* **Material provided**
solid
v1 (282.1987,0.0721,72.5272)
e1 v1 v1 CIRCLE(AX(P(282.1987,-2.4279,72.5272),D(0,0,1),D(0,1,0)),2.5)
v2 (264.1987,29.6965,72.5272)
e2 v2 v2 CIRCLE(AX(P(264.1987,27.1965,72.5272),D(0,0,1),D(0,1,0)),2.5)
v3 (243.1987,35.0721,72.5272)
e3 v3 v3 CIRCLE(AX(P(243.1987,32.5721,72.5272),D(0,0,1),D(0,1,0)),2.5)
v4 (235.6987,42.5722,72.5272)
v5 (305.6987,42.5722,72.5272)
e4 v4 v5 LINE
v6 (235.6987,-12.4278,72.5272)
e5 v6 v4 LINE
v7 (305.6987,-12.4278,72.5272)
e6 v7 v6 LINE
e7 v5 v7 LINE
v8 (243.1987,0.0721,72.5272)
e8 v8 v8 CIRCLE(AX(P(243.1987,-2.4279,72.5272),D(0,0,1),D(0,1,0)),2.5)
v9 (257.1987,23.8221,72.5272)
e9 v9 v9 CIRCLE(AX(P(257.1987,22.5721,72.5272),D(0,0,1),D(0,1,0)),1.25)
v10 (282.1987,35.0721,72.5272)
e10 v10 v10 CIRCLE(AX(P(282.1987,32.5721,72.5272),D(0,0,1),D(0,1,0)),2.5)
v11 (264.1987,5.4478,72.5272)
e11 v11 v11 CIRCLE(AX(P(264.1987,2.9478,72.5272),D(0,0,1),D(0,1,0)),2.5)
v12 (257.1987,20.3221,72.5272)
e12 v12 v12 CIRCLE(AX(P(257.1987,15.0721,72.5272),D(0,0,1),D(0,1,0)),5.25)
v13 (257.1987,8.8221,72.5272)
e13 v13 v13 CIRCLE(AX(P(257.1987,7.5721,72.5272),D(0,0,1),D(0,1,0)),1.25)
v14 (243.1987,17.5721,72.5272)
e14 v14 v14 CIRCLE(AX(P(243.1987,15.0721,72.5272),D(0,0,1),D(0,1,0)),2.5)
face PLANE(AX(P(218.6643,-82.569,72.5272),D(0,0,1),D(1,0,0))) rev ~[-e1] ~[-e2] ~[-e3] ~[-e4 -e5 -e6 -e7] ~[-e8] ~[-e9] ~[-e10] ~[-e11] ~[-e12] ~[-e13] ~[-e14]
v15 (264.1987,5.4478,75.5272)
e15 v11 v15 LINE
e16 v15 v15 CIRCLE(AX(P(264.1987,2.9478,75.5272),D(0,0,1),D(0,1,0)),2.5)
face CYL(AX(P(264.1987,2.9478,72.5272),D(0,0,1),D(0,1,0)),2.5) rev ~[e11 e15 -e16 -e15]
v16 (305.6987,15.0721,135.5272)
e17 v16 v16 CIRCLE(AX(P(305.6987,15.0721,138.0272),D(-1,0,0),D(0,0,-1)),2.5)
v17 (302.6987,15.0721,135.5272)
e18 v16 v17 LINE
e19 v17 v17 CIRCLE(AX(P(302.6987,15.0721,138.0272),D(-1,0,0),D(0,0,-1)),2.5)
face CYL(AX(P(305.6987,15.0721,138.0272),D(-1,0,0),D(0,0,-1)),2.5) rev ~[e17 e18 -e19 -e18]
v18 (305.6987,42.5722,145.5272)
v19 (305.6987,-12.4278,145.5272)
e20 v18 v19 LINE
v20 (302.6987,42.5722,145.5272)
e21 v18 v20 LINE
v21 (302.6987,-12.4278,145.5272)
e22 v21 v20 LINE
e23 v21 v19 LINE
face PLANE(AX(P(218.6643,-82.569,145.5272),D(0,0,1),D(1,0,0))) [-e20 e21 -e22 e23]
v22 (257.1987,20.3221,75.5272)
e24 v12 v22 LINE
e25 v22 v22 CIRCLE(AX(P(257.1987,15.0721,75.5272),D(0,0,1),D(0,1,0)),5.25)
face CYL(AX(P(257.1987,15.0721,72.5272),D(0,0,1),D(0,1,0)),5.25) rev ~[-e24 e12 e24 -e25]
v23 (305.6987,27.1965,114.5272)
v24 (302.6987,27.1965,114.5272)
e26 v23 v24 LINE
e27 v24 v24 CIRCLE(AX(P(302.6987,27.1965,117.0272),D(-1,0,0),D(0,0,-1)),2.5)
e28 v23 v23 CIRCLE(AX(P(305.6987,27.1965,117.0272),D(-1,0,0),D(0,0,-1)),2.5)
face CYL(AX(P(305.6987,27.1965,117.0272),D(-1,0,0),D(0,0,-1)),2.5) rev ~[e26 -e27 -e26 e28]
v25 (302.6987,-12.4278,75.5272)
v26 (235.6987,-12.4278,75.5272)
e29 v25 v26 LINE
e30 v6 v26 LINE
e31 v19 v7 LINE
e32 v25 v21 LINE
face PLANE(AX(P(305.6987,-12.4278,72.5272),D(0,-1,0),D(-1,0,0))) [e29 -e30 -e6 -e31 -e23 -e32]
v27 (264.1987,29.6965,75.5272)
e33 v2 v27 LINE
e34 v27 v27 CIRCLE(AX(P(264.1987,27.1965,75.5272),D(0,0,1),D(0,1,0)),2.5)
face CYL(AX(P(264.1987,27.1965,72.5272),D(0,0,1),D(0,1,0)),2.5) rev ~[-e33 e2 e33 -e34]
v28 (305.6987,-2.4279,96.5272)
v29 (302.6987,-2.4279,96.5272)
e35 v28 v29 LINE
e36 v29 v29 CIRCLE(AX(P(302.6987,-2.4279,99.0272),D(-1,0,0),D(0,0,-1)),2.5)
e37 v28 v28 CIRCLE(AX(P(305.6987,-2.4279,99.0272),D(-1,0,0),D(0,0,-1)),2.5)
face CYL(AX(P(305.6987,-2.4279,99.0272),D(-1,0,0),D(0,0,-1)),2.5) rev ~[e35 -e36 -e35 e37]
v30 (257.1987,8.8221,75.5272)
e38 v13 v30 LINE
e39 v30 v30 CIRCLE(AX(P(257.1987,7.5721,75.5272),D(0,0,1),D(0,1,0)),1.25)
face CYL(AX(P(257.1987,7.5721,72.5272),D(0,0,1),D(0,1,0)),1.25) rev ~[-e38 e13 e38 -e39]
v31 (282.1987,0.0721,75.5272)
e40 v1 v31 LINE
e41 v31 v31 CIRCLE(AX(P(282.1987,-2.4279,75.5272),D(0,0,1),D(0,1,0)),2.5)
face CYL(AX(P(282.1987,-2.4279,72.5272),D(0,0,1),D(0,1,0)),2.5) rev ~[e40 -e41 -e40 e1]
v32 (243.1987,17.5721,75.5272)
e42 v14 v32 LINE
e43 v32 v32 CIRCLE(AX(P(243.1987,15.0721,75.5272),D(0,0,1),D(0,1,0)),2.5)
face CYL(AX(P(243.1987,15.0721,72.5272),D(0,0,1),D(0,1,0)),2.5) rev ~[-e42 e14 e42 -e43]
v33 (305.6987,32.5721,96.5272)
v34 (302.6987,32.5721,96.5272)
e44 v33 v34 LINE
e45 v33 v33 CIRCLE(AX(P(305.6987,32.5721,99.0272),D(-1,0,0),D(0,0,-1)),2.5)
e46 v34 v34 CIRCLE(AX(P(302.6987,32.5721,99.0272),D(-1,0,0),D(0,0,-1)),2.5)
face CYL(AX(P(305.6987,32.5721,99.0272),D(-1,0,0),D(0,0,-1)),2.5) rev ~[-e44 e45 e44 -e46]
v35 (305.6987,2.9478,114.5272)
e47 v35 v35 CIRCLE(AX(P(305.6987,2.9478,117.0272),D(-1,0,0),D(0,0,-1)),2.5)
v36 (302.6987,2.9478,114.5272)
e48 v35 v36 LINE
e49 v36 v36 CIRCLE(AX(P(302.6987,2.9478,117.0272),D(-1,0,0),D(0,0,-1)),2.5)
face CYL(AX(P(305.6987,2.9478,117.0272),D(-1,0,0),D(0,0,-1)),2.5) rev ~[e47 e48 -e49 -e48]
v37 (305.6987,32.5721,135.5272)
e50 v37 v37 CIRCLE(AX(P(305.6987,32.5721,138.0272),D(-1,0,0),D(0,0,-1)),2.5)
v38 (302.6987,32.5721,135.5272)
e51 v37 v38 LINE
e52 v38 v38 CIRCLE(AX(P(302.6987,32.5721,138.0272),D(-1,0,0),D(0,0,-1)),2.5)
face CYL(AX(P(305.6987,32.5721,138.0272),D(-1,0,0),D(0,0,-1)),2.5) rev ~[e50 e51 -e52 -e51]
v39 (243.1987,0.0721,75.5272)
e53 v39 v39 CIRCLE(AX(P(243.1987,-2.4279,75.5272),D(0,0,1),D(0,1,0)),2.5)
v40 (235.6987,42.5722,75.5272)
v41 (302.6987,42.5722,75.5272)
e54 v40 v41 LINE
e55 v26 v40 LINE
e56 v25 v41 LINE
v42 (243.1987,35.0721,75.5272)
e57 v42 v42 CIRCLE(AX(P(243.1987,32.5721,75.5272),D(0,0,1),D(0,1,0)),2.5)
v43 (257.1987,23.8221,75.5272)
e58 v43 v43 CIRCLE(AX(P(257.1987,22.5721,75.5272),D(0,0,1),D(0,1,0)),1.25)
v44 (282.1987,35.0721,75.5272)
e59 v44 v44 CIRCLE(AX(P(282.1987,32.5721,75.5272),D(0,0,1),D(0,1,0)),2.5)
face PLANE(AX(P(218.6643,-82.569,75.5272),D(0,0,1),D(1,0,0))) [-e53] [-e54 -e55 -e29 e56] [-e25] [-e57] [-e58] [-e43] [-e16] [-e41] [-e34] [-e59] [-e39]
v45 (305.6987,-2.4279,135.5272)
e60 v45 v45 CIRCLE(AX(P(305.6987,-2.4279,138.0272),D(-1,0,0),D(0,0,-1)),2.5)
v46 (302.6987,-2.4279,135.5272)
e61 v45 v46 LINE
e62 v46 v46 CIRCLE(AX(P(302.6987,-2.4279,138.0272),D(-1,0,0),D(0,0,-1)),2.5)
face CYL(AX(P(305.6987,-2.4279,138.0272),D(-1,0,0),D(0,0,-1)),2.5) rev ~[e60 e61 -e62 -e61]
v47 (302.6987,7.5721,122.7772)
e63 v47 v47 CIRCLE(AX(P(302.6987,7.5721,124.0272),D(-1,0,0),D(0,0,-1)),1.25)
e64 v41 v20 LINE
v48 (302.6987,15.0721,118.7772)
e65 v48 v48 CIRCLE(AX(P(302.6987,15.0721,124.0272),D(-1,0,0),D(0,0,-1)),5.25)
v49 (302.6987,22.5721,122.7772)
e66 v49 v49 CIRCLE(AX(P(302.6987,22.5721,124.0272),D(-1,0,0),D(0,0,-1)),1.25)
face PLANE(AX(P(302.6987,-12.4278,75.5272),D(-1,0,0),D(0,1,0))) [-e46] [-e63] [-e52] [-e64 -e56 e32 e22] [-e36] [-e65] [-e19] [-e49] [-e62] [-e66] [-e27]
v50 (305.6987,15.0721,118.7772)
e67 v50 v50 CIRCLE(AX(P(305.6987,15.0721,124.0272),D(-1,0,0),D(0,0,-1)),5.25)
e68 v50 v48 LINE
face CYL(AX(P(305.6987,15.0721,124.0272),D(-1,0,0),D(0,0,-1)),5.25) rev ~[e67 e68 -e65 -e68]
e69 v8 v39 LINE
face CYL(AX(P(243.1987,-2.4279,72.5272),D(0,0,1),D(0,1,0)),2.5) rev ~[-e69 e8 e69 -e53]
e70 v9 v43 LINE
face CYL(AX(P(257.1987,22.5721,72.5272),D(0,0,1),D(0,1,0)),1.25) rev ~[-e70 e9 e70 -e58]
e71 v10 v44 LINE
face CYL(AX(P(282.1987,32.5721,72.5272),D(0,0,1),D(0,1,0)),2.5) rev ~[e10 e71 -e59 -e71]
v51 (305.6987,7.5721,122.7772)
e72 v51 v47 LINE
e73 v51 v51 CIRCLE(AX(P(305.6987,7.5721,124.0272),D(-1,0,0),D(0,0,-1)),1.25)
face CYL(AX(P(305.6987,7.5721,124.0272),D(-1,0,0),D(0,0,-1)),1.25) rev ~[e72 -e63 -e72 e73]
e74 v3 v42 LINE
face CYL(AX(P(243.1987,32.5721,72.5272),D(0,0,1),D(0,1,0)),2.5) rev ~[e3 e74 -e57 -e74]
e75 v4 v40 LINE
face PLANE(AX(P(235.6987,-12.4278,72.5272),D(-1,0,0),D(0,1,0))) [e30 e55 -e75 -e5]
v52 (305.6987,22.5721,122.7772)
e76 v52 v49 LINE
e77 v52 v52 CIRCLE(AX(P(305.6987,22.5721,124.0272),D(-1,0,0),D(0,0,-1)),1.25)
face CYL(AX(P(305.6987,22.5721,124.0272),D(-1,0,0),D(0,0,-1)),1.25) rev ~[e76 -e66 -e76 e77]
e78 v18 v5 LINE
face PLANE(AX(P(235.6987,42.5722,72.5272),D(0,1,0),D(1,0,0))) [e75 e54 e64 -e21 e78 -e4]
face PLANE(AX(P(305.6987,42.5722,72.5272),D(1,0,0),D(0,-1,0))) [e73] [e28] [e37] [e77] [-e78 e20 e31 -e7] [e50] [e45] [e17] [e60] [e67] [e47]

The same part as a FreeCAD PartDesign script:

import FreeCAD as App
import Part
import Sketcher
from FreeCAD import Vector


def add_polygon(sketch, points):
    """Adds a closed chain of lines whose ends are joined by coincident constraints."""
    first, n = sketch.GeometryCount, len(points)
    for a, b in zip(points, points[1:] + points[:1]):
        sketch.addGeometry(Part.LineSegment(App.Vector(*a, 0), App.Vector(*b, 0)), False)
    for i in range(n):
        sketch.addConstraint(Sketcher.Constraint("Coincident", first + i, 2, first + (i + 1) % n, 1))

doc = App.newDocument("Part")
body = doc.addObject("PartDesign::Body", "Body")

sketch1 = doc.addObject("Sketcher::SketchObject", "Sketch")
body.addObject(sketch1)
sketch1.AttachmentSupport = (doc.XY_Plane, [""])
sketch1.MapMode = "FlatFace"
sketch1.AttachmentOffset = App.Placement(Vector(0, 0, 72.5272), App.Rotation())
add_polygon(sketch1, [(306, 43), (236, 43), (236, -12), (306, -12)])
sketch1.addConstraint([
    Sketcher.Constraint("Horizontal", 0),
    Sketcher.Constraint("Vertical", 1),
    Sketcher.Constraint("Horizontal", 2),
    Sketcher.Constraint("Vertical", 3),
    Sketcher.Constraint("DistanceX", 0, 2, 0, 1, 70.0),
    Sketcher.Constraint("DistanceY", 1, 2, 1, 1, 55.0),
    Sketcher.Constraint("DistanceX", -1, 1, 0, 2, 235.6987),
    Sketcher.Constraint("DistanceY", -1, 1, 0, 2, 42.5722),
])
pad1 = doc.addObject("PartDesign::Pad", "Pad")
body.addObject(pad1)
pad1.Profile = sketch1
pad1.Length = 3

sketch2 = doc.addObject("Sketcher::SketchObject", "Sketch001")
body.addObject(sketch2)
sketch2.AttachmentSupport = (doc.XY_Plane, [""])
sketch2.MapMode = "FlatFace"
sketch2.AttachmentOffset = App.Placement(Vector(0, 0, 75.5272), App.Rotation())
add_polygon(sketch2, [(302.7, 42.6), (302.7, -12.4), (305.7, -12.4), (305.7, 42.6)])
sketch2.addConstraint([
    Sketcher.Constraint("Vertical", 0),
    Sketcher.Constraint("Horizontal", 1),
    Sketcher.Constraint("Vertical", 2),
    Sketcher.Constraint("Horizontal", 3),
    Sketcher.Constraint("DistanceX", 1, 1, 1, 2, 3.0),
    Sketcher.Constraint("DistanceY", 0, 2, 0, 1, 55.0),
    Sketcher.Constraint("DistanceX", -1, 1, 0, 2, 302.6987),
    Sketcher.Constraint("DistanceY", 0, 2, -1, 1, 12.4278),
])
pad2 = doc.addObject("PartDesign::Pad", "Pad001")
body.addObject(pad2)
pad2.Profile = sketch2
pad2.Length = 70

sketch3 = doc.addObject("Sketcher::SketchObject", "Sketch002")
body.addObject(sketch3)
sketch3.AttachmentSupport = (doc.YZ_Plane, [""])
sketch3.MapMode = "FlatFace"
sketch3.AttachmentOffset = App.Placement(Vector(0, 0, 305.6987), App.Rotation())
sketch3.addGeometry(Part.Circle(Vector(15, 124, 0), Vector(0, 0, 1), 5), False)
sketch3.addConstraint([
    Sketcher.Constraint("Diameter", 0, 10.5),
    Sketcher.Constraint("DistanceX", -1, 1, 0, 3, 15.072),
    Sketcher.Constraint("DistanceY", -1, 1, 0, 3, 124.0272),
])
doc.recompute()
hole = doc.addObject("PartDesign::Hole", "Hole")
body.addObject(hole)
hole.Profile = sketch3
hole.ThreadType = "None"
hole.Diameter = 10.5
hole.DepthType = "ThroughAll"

---

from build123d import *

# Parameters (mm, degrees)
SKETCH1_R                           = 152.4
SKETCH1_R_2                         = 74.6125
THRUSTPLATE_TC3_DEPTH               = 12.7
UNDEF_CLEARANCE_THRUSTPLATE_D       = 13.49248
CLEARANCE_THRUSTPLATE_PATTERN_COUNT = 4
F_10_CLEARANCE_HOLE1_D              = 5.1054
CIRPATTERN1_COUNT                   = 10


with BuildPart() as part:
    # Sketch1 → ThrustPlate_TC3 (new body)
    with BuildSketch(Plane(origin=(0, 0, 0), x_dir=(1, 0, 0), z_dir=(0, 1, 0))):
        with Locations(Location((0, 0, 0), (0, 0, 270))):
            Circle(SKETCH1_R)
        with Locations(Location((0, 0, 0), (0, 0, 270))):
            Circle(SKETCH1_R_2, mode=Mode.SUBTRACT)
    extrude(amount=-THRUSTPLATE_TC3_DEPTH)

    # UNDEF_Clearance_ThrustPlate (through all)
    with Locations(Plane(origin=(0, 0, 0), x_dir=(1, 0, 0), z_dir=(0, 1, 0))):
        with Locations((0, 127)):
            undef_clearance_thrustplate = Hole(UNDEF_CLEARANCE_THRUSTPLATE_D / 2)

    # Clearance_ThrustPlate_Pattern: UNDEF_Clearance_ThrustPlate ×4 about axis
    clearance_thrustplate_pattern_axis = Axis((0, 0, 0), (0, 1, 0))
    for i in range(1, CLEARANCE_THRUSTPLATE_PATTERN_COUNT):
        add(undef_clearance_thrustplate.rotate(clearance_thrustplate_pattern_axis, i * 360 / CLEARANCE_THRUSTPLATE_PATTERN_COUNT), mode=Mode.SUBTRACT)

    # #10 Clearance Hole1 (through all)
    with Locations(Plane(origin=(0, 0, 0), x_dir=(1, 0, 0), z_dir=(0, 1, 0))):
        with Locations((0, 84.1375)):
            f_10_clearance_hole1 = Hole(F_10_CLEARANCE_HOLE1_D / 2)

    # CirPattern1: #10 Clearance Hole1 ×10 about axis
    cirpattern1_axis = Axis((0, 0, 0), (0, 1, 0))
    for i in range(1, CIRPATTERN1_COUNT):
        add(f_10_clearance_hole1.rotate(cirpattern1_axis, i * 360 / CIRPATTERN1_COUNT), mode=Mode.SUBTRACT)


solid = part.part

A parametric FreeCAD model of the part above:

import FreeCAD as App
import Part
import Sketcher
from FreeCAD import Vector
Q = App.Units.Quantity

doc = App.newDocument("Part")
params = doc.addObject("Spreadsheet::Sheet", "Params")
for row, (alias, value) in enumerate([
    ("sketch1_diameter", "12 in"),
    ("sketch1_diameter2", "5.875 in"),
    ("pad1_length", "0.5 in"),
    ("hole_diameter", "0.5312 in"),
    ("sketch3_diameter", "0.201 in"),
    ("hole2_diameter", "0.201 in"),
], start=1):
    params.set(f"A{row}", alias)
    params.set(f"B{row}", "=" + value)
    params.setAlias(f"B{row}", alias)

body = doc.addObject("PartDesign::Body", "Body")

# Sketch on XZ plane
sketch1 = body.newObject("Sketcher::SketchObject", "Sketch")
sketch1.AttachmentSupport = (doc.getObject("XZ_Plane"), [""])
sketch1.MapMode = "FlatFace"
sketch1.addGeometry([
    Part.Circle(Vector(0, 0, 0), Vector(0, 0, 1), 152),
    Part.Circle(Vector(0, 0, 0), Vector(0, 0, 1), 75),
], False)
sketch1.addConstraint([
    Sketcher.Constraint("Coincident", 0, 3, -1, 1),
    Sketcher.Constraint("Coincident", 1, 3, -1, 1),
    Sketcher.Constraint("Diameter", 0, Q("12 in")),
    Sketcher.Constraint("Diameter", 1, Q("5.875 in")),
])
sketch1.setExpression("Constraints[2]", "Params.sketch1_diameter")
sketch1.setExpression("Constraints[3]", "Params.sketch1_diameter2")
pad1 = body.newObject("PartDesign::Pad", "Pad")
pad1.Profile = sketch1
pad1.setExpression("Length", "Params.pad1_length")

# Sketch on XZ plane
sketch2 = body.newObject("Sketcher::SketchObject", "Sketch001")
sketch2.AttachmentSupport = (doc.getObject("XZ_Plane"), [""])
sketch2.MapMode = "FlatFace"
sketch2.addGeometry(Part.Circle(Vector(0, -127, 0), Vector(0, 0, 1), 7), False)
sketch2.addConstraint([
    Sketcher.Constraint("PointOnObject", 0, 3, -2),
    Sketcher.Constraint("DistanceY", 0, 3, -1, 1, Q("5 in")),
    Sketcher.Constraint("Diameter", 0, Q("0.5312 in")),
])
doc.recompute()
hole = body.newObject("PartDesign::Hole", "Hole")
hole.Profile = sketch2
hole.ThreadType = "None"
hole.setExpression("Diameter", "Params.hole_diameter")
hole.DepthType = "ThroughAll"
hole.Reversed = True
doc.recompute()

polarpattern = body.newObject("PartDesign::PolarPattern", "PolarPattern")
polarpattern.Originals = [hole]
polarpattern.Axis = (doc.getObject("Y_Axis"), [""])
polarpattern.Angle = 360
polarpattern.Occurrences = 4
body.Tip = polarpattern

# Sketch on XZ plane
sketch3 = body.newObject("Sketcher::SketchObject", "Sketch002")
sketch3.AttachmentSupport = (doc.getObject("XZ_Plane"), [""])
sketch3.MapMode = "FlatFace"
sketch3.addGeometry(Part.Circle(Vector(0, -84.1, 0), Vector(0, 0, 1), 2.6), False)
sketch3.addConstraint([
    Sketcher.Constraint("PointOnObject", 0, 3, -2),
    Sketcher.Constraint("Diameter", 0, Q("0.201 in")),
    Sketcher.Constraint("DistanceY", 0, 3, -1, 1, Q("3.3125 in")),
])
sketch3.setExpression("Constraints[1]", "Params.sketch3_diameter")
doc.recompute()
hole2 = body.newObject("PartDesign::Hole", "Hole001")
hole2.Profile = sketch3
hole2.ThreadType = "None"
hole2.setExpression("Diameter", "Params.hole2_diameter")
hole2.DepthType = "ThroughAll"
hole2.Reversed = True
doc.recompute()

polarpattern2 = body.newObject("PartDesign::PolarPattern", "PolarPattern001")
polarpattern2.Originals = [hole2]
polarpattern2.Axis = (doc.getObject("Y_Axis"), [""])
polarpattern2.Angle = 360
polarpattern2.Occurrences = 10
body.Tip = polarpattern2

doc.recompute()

* **Problem description**
Above are the entries. Copy exactly the part that opens with the line containing "e48 -e49 -e48]" and closes with the line containing "v40 (235.6987,42.5722,75.5272)", and no more.

* **Answer for this exercise**
face CYL(AX(P(305.6987,2.9478,117.0272),D(-1,0,0),D(0,0,-1)),2.5) rev ~[e47 e48 -e49 -e48]
v37 (305.6987,32.5721,135.5272)
e50 v37 v37 CIRCLE(AX(P(305.6987,32.5721,138.0272),D(-1,0,0),D(0,0,-1)),2.5)
v38 (302.6987,32.5721,135.5272)
e51 v37 v38 LINE
e52 v38 v38 CIRCLE(AX(P(302.6987,32.5721,138.0272),D(-1,0,0),D(0,0,-1)),2.5)
face CYL(AX(P(305.6987,32.5721,138.0272),D(-1,0,0),D(0,0,-1)),2.5) rev ~[e50 e51 -e52 -e51]
v39 (243.1987,0.0721,75.5272)
e53 v39 v39 CIRCLE(AX(P(243.1987,-2.4279,75.5272),D(0,0,1),D(0,1,0)),2.5)
v40 (235.6987,42.5722,75.5272)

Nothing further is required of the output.